Erratum: CentOS Stream 8 has a multi-year lifecycle

*: it was now pointed out to me, after this blog post came out, that CentOS Stream 8 isn’t supposed to end with CentOS 8’s Q4 2021 EoL date. This was not self-evident to me, nor was it (in my opinion) documented extremely clearly in the original CentOS Stream announcement, the FAQ, or the EoL information page, which did not specify dates for CentOS Stream 8 specifically (so casual onlookers like me could be led into thinking it has a short lifespan and that you would need to continuously upgrade from one Stream release to the next—which was an acceptable deal to me, until I realized there is no upgrade path!), and the fact that Stream releases have multi-year shelf lives was kinda buried under FAQ entry #6’s inconspicuous title, “Will there be separate/parallel/simultaneous streams for 8, 9, 10, etc?”—so those pages could certainly benefit from some clarifications to clear up any such misunderstandings in the eyes of the public.

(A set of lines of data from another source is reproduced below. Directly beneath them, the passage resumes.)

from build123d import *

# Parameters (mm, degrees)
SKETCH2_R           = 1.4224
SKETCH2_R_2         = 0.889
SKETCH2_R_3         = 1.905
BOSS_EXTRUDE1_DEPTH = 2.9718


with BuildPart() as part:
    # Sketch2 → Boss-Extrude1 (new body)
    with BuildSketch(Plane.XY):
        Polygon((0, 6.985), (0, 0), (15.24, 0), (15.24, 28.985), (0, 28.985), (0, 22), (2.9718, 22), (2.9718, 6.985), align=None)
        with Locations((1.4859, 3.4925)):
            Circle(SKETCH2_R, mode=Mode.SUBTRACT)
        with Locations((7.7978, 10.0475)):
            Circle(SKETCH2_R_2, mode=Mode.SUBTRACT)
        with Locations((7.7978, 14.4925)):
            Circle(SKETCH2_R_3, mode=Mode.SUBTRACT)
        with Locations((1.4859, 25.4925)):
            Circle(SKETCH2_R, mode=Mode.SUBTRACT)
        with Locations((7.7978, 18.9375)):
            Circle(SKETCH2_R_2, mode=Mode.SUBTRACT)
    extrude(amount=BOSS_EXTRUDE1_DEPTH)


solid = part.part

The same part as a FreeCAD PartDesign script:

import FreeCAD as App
import Part
import Sketcher
Q = App.Units.Quantity

doc = App.newDocument("Part")
body = doc.addObject("PartDesign::Body", "Body")

# Sketch on XY plane
sketch1 = body.newObject("Sketcher::SketchObject", "Sketch")
sketch1.AttachmentSupport = (doc.getObject("XY_Plane"), [""])
sketch1.MapMode = "FlatFace"
sketch1.addGeometry(Part.LineSegment(App.Vector(0, 7, 0), App.Vector(0, 0, 0)), False)
sketch1.addGeometry(Part.LineSegment(App.Vector(0, 0, 0), App.Vector(15.2, 0, 0)), False)
sketch1.addGeometry(Part.LineSegment(App.Vector(15.2, 0, 0), App.Vector(15.2, 29, 0)), False)
sketch1.addGeometry(Part.LineSegment(App.Vector(15.2, 29, 0), App.Vector(0, 29, 0)), False)
sketch1.addGeometry(Part.LineSegment(App.Vector(0, 29, 0), App.Vector(0, 22, 0)), False)
sketch1.addGeometry(Part.LineSegment(App.Vector(0, 22, 0), App.Vector(3, 22, 0)), False)
sketch1.addGeometry(Part.LineSegment(App.Vector(3, 22, 0), App.Vector(3, 7, 0)), False)
sketch1.addGeometry(Part.LineSegment(App.Vector(3, 7, 0), App.Vector(0, 7, 0)), False)
sketch1.addGeometry(Part.Circle(App.Vector(1.5, 3.5, 0), App.Vector(0, 0, 1), 1.4), False)
sketch1.addGeometry(Part.Circle(App.Vector(7.8, 10, 0), App.Vector(0, 0, 1), 0.9), False)
sketch1.addGeometry(Part.Circle(App.Vector(1.5, 25.5, 0), App.Vector(0, 0, 1), 1.4), False)
sketch1.addGeometry(Part.Circle(App.Vector(7.8, 14.5, 0), App.Vector(0, 0, 1), 1.9), False)
sketch1.addGeometry(Part.Circle(App.Vector(7.8, 18.9, 0), App.Vector(0, 0, 1), 0.9), False)
sketch1.addConstraint(Sketcher.Constraint("Coincident", 0, 2, 1, 1))
sketch1.addConstraint(Sketcher.Constraint("Coincident", 1, 2, 2, 1))
sketch1.addConstraint(Sketcher.Constraint("Coincident", 2, 2, 3, 1))
sketch1.addConstraint(Sketcher.Constraint("Coincident", 3, 2, 4, 1))
sketch1.addConstraint(Sketcher.Constraint("Coincident", 4, 2, 5, 1))
sketch1.addConstraint(Sketcher.Constraint("Coincident", 5, 2, 6, 1))
sketch1.addConstraint(Sketcher.Constraint("Coincident", 6, 2, 7, 1))
sketch1.addConstraint(Sketcher.Constraint("Coincident", 7, 2, 0, 1))
sketch1.addConstraint(Sketcher.Constraint("Vertical", 0))
sketch1.addConstraint(Sketcher.Constraint("Horizontal", 1))
sketch1.addConstraint(Sketcher.Constraint("Vertical", 2))
sketch1.addConstraint(Sketcher.Constraint("Horizontal", 3))
sketch1.addConstraint(Sketcher.Constraint("Vertical", 4))
sketch1.addConstraint(Sketcher.Constraint("Horizontal", 5))
sketch1.addConstraint(Sketcher.Constraint("Vertical", 6))
sketch1.addConstraint(Sketcher.Constraint("Horizontal", 7))
sketch1.addConstraint(Sketcher.Constraint("Coincident", 0, 2, -1, 1))
sketch1.addConstraint(Sketcher.Constraint("Equal", 8, 10))
sketch1.addConstraint(Sketcher.Constraint("Equal", 9, 12))
sketch1.addConstraint(Sketcher.Constraint("PointOnObject", 3, 2, -2))
sketch1.addConstraint(Sketcher.Constraint("Vertical", 8, 3, 10, 3))
sketch1.addConstraint(Sketcher.Constraint("Vertical", 9, 3, 11, 3))
sketch1.addConstraint(Sketcher.Constraint("Vertical", 11, 3, 12, 3))
sketch1.addConstraint(Sketcher.Constraint("Equal", 0, 4))
sketch1.addConstraint(Sketcher.Constraint("Diameter", 9, Q("0.07 in")))
sketch1.addConstraint(Sketcher.Constraint("Diameter", 11, Q("0.15 in")))
sketch1.addConstraint(Sketcher.Constraint("Diameter", 8, Q("0.112 in")))
sketch1.addConstraint(Sketcher.Constraint("DistanceX", 1, 1, 1, 2, Q("0.6 in")))
sketch1.addConstraint(Sketcher.Constraint("DistanceX", 5, 1, 5, 2, Q("0.117 in")))
sketch1.addConstraint(Sketcher.Constraint("DistanceY", 0, 2, 0, 1, Q("0.275 in")))
sketch1.addConstraint(Sketcher.Constraint("DistanceY", 9, 3, 12, 3, Q("0.35 in")))
sketch1.addConstraint(Sketcher.Constraint("DistanceX", 5, 2, 12, 3, Q("0.19 in")))
sketch1.addConstraint(Sketcher.Constraint("DistanceY", 9, 3, 11, 3, Q("0.175 in")))
sketch1.addConstraint(Sketcher.Constraint("DistanceY", 2, 1, 2, 2, 28.985))
sketch1.addConstraint(Sketcher.Constraint("DistanceX", -1, 1, 8, 3, Q("0.0585 in")))
sketch1.addConstraint(Sketcher.Constraint("DistanceY", -1, 1, 8, 3, Q("0.1375 in")))
sketch1.addConstraint(Sketcher.Constraint("DistanceY", 10, 3, 2, 2, Q("0.1375 in")))
sketch1.addConstraint(Sketcher.Constraint("DistanceY", -1, 1, 9, 3, 10.0475))
pad1 = body.newObject("PartDesign::Pad", "Pad")
pad1.Profile = sketch1
pad1.Length = Q("0.117 in")

doc.recompute()
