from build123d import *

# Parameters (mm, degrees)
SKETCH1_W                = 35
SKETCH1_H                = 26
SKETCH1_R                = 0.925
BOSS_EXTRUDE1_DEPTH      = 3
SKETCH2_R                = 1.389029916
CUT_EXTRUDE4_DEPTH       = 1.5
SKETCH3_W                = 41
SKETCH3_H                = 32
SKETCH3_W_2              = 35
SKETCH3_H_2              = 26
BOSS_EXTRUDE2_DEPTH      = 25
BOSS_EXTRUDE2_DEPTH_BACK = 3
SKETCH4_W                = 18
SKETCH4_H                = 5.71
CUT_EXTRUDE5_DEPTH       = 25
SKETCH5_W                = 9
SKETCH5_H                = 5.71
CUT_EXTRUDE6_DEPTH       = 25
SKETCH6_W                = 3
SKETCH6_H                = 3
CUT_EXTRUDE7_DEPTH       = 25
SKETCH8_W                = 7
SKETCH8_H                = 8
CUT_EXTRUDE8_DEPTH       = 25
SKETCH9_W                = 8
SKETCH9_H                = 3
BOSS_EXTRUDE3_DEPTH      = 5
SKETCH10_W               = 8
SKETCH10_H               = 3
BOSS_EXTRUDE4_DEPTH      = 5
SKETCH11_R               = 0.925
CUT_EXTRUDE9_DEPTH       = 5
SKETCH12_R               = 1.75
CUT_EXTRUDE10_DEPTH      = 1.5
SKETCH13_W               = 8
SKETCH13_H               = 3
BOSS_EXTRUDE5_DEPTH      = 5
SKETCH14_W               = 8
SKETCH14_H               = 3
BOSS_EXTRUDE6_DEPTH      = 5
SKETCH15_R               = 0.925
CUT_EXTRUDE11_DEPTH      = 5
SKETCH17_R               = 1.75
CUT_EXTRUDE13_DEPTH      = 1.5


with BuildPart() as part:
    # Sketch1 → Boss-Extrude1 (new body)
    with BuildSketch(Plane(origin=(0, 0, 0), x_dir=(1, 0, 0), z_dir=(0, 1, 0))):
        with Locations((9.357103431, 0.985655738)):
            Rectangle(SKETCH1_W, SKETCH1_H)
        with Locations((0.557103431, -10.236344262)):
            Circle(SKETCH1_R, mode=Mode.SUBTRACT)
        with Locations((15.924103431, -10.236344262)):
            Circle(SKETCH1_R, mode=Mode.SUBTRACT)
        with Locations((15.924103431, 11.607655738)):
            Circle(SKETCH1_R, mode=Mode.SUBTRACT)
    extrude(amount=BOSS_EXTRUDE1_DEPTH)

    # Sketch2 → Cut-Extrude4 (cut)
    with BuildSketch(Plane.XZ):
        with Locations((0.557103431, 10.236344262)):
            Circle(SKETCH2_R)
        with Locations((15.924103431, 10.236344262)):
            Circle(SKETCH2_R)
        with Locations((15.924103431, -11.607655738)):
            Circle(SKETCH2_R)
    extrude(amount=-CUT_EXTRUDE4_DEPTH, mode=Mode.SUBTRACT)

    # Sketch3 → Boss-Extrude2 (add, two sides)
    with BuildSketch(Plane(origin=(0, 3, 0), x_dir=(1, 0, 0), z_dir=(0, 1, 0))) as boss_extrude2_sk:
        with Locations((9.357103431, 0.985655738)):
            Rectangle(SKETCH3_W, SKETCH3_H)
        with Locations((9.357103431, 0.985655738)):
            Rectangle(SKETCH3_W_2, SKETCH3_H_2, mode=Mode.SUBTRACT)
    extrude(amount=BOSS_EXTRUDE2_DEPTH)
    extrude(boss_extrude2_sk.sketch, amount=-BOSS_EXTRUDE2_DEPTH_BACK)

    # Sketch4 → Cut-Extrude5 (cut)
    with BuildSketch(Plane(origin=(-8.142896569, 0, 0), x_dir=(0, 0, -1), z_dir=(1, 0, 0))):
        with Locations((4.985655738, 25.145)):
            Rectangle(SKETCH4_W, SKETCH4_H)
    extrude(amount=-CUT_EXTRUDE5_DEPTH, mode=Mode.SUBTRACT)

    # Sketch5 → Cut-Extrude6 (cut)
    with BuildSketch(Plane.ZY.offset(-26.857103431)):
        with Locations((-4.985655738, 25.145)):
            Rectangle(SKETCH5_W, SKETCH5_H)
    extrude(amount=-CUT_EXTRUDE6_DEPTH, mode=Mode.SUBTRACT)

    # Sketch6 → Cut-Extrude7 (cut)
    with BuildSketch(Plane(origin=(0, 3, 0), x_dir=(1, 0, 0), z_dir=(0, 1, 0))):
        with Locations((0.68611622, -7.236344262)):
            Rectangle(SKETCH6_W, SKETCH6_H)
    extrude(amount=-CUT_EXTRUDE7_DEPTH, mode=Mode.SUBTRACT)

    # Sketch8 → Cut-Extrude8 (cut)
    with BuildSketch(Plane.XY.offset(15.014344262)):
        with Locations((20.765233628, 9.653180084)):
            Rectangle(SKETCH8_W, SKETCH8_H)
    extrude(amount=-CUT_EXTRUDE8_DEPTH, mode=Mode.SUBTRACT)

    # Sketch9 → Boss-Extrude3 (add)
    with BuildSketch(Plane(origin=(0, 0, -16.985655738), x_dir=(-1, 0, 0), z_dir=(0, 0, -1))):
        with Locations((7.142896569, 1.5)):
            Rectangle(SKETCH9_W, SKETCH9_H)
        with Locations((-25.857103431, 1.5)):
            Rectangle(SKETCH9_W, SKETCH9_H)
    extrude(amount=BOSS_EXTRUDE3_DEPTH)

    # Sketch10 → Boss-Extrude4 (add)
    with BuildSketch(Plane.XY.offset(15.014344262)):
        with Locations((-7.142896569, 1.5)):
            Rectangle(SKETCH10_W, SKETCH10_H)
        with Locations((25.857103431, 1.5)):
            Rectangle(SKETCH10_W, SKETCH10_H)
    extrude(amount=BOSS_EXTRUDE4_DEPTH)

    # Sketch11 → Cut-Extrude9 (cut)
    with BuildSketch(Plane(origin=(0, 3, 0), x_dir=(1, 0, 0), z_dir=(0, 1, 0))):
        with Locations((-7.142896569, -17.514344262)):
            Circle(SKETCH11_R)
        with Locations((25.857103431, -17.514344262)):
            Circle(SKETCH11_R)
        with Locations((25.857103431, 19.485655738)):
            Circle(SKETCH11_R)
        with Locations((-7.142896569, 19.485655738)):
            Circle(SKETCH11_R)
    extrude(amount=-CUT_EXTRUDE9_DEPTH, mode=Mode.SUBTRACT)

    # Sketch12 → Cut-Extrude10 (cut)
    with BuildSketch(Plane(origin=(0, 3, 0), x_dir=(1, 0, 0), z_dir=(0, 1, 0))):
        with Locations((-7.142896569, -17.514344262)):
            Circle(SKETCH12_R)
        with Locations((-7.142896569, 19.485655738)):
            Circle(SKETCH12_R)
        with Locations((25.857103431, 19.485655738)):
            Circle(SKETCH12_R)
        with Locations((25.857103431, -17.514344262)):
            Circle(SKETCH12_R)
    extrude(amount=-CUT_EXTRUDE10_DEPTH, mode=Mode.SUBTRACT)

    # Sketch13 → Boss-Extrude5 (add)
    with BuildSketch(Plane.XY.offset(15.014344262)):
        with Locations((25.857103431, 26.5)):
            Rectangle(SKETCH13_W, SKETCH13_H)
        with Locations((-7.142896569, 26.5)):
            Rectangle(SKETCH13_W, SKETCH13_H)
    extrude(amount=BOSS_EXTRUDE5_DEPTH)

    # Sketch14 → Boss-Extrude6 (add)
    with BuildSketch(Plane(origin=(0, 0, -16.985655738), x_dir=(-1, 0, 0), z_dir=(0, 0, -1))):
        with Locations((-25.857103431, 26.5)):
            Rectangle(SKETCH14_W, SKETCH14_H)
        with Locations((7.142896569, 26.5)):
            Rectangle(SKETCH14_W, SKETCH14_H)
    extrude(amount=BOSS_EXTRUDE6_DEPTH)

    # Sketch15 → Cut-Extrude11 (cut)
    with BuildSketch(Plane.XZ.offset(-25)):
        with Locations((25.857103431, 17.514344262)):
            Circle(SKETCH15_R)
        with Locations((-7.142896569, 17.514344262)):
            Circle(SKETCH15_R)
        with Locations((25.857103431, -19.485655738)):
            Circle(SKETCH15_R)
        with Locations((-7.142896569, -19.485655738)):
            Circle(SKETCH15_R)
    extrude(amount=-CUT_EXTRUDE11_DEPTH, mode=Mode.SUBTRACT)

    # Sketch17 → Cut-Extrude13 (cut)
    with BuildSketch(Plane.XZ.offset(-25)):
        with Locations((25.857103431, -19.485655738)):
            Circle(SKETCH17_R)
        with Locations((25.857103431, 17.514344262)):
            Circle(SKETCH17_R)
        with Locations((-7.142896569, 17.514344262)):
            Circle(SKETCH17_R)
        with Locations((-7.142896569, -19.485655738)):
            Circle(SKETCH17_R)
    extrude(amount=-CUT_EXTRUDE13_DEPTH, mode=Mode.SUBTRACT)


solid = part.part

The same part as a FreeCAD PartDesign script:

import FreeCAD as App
import Part
import Sketcher

V = App.Vector

doc = App.newDocument("Part")
body = doc.addObject("PartDesign::Body", "Body")

# Sketch on XZ plane
sketch1 = body.newObject("Sketcher::SketchObject", "Sketch")
sketch1.AttachmentSupport = (doc.getObject("XZ_Plane"), [""])
sketch1.MapMode = "FlatFace"
sketch1.addGeometry([
    Part.LineSegment(V(-8.142897, -13.985656, 0), V(-8.142897, 12.014344, 0)),  # 0
    Part.LineSegment(V(-8.142897, 12.014344, 0), V(26.857103, 12.014344, 0)),  # 1
    Part.LineSegment(V(26.857103, 12.014344, 0), V(26.857103, -13.985656, 0)),  # 2
    Part.LineSegment(V(26.857103, -13.985656, 0), V(-8.142897, -13.985656, 0)),  # 3
    Part.Circle(V(0.557103, 10.236344, 0), V(0, 0, 1), 0.925),  # 4
    Part.Circle(V(15.924103, 10.236344, 0), V(0, 0, 1), 0.925),  # 5
    Part.Circle(V(15.924103, -11.607656, 0), V(0, 0, 1), 0.925),  # 6
], False)
sketch1.addConstraint([
    Sketcher.Constraint("Coincident", 0, 2, 1, 1),
    Sketcher.Constraint("Coincident", 1, 2, 2, 1),
    Sketcher.Constraint("Coincident", 2, 2, 3, 1),
    Sketcher.Constraint("Coincident", 3, 2, 0, 1),
    Sketcher.Constraint("Vertical", 0),
    Sketcher.Constraint("Horizontal", 1),
    Sketcher.Constraint("Vertical", 2),
    Sketcher.Constraint("Horizontal", 3),
    Sketcher.Constraint("Equal", 4, 5),
    Sketcher.Constraint("Equal", 5, 6),
    Sketcher.Constraint("Horizontal", 4, 3, 5, 3),
    Sketcher.Constraint("Vertical", 5, 3, 6, 3),
    Sketcher.Constraint("Diameter", 4, 1.85),
    Sketcher.Constraint("DistanceX", 1, 1, 1, 2, 35.0),
    Sketcher.Constraint("DistanceY", 0, 1, 0, 2, 26.0),
    Sketcher.Constraint("DistanceX", 0, 2, 4, 3, 8.7),
    Sketcher.Constraint("DistanceX", 4, 3, 5, 3, 15.367),
    Sketcher.Constraint("DistanceY", 6, 3, 5, 3, 21.844),
    Sketcher.Constraint("DistanceY", 4, 3, 0, 2, 1.778),
    Sketcher.Constraint("DistanceX", -1, 1, 4, 3, 0.557103),
    Sketcher.Constraint("DistanceY", -1, 1, 4, 3, 10.236344),
])
pad1 = body.newObject("PartDesign::Pad", "Pad")
pad1.Profile = sketch1
pad1.Length = 3
pad1.Reversed = True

I now know my CentOS Stream 8 server probably won’t stop being supported as of Q4 2021 after all, which is a relief; time will tell whether Stream remains an attractive proposition (if an upgrade path opens up in time for its EoL) or whether I may have to look elsewhere.

Jeff

Comments

One response to “The post-2020 Linux server landscape metamorphosis”

  1. Rocky should be pretty solid by now. And it’s community only like debian. Maybe it’s time for a rolling distro?

    Those updates are also required for security, so you should really take it seriously. Especially because of GDPR.